Saved entries
Start of Block

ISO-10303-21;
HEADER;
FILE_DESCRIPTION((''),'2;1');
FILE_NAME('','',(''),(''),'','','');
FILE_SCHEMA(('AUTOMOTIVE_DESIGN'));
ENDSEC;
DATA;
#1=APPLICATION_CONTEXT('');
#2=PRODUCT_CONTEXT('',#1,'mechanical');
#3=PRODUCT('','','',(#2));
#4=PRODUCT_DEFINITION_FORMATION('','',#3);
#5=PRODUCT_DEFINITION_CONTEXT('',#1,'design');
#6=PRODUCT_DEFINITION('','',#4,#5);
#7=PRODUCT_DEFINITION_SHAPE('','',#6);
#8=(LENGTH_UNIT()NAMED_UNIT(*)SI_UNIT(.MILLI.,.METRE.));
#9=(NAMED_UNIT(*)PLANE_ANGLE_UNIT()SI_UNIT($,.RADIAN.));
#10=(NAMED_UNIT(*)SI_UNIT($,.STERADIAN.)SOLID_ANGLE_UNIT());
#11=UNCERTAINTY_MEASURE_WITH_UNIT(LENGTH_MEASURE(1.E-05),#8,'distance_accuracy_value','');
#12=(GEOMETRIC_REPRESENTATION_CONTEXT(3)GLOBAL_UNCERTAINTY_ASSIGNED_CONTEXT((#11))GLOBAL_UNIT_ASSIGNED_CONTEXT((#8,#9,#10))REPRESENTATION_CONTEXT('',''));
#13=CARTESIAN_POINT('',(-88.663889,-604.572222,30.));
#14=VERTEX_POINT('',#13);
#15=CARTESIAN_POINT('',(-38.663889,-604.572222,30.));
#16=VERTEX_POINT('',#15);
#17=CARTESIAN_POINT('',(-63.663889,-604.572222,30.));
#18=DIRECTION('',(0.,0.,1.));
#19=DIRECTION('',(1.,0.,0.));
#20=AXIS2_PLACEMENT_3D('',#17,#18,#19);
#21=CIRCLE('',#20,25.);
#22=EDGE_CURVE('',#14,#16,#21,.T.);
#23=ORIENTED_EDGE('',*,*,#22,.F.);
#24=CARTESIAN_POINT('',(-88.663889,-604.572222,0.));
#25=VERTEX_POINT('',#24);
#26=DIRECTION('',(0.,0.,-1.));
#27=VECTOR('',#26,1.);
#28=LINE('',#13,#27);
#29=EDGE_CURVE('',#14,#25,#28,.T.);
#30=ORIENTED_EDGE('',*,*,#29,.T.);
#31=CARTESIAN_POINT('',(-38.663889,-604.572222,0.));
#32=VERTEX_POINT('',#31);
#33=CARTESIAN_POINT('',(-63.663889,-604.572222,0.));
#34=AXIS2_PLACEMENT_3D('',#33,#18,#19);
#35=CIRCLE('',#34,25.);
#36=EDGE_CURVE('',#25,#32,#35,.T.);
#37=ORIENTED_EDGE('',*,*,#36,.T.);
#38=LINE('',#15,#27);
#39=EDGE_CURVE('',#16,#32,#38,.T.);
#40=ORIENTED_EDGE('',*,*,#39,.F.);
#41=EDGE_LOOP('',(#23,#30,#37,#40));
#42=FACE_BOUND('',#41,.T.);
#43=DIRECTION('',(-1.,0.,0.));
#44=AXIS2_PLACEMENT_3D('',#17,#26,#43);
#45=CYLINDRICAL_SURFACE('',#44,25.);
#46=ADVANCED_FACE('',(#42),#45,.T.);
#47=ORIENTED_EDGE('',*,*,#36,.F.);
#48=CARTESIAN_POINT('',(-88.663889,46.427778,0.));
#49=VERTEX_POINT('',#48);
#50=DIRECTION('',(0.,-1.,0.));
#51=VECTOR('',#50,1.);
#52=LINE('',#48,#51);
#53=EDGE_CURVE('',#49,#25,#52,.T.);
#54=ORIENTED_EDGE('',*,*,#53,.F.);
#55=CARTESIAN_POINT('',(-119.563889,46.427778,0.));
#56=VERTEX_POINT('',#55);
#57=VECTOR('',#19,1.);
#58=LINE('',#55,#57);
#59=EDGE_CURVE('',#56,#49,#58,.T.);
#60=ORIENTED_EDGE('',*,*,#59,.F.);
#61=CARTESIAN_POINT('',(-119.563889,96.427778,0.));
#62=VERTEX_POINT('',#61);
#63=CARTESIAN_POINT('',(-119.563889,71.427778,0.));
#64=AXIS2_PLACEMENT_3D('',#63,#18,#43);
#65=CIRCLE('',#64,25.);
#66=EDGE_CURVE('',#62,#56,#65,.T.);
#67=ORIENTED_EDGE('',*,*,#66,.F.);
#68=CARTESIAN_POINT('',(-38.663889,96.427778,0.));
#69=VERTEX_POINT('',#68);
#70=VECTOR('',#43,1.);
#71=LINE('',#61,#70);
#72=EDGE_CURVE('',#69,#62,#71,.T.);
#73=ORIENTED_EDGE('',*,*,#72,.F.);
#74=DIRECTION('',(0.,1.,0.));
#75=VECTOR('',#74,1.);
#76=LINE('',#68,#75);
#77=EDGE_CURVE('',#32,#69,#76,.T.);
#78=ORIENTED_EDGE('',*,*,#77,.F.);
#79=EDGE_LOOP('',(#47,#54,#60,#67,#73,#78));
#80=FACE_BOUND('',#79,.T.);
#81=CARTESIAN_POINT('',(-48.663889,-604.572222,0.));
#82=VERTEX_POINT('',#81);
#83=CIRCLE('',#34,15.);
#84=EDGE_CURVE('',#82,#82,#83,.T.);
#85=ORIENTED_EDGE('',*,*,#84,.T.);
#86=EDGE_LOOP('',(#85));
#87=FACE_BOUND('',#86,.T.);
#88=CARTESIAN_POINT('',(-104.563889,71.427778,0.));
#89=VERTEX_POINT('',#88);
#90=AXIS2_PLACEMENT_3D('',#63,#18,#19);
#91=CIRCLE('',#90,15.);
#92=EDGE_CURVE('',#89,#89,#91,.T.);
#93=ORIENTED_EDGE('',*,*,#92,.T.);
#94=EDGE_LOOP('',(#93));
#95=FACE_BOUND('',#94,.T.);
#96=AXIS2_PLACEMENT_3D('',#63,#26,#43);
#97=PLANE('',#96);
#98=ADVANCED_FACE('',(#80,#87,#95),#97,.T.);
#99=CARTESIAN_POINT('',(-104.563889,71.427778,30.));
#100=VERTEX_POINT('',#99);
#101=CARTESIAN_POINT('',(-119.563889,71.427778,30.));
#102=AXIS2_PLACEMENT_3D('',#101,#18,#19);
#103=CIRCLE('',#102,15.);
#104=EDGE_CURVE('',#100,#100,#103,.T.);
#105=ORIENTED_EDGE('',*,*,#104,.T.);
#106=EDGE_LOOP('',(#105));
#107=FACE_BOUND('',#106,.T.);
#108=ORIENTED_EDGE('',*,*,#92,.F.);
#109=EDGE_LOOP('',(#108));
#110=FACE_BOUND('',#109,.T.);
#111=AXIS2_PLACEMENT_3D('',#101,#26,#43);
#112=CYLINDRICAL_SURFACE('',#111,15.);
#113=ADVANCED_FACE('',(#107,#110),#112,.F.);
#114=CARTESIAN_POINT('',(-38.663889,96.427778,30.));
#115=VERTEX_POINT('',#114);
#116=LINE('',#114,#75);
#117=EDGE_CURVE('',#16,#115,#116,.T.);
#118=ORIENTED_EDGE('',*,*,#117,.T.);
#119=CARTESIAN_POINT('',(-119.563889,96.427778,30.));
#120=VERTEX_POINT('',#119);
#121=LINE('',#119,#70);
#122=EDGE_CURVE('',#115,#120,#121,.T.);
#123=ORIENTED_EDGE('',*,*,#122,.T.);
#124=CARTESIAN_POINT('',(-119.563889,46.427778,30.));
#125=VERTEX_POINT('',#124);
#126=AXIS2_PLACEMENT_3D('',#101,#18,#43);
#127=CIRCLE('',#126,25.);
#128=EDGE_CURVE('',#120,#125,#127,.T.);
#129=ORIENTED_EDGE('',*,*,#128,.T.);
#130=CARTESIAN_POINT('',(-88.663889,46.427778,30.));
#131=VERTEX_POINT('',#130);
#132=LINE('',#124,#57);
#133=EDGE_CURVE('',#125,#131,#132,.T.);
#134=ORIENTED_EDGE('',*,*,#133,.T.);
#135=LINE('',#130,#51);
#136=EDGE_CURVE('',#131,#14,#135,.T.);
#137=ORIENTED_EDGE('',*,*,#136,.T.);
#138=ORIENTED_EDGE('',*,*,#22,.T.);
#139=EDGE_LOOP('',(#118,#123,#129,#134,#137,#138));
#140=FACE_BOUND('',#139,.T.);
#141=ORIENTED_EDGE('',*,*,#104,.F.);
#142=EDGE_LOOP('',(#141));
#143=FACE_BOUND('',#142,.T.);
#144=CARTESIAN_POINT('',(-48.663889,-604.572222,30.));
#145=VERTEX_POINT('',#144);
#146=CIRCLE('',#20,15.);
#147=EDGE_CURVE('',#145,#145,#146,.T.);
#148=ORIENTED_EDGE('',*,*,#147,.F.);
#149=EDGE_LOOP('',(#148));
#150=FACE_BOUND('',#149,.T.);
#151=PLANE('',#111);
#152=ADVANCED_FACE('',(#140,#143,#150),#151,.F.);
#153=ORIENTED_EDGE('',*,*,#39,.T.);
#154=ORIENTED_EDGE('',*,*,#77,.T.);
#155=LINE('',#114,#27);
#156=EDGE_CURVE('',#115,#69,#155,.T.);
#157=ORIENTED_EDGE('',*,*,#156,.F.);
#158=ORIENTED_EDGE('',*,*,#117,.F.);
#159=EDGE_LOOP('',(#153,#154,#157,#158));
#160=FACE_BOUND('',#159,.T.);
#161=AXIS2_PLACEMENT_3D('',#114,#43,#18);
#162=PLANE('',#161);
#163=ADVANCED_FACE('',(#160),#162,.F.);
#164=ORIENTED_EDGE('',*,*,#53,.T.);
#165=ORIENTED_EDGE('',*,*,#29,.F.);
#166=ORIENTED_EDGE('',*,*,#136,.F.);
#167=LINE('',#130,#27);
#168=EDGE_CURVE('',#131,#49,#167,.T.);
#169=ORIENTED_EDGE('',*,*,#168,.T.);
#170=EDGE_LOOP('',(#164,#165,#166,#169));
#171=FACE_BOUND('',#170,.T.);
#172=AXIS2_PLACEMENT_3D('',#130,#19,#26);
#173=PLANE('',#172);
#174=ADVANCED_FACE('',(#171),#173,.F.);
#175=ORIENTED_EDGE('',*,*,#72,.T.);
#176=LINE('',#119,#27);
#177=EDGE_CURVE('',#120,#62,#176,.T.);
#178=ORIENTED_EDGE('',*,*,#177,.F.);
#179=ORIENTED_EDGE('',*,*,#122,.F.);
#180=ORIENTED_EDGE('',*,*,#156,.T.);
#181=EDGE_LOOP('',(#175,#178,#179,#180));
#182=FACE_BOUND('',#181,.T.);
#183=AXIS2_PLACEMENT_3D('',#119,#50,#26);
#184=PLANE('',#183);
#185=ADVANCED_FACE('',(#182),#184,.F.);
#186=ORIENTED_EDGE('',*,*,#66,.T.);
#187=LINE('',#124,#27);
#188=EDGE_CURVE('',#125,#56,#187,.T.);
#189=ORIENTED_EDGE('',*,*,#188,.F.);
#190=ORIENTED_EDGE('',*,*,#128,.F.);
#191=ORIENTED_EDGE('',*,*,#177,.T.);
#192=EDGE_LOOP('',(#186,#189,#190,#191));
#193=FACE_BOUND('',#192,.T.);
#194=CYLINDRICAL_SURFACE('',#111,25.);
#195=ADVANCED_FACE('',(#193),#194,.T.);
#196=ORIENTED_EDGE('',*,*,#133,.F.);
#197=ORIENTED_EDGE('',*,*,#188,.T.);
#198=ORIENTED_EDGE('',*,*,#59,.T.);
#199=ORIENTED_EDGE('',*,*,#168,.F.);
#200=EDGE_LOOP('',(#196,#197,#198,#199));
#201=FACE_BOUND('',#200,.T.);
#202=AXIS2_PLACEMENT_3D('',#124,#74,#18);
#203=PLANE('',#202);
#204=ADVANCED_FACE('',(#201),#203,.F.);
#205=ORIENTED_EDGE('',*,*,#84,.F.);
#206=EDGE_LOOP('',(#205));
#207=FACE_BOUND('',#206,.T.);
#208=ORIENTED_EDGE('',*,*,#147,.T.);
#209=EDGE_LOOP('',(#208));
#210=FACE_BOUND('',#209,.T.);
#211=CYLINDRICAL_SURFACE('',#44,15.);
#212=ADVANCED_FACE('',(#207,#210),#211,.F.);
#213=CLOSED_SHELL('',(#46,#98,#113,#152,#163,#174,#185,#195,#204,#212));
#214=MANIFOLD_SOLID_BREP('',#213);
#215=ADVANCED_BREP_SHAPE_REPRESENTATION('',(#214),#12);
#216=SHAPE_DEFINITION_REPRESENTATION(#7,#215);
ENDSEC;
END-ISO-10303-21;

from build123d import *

# Parameters (mm, degrees)
SKETCH1_R           = 15
BOSS_EXTRUDE1_DEPTH = 30


with BuildPart() as part:
    # Sketch1 → Boss-Extrude1 (new body)
    with BuildSketch(Plane.XY):
        with BuildLine():
            Line((-119.563888889, 46.427777778), (-88.663888889, 46.427777778))
            Line((-88.663888889, 46.427777778), (-88.663888889, -604.572222222))
            ThreePointArc((-88.663888889, -604.572222222), (-63.663888889, -629.572222222), (-38.663888889, -604.572222222))
            Line((-38.663888889, -604.572222222), (-38.663888889, 96.427777778))
            Line((-38.663888889, 96.427777778), (-119.563888889, 96.427777778))
            ThreePointArc((-119.563888889, 96.427777778), (-144.563888889, 71.427777778), (-119.563888889, 46.427777778))
        make_face()
        with Locations((-119.563888889, 71.427777778)):
            Circle(SKETCH1_R, mode=Mode.SUBTRACT)
        with Locations((-63.663888889, -604.572222222)):
            Circle(SKETCH1_R, mode=Mode.SUBTRACT)
    extrude(amount=BOSS_EXTRUDE1_DEPTH)


solid = part.part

End of Block

WORK ITEM
In the entries above, the lines between the one holding "#71=LINE('',#61,#70);" and the one holding "#82=VERTEX_POINT('',#81);", inclusive, are to be printed exactly as written, and those alone.

TASK RESPONSE
#71=LINE('',#61,#70);
#72=EDGE_CURVE('',#69,#62,#71,.T.);
#73=ORIENTED_EDGE('',*,*,#72,.F.);
#74=DIRECTION('',(0.,1.,0.));
#75=VECTOR('',#74,1.);
#76=LINE('',#68,#75);
#77=EDGE_CURVE('',#32,#69,#76,.T.);
#78=ORIENTED_EDGE('',*,*,#77,.F.);
#79=EDGE_LOOP('',(#47,#54,#60,#67,#73,#78));
#80=FACE_BOUND('',#79,.T.);
#81=CARTESIAN_POINT('',(-48.663889,-604.572222,0.));
#82=VERTEX_POINT('',#81);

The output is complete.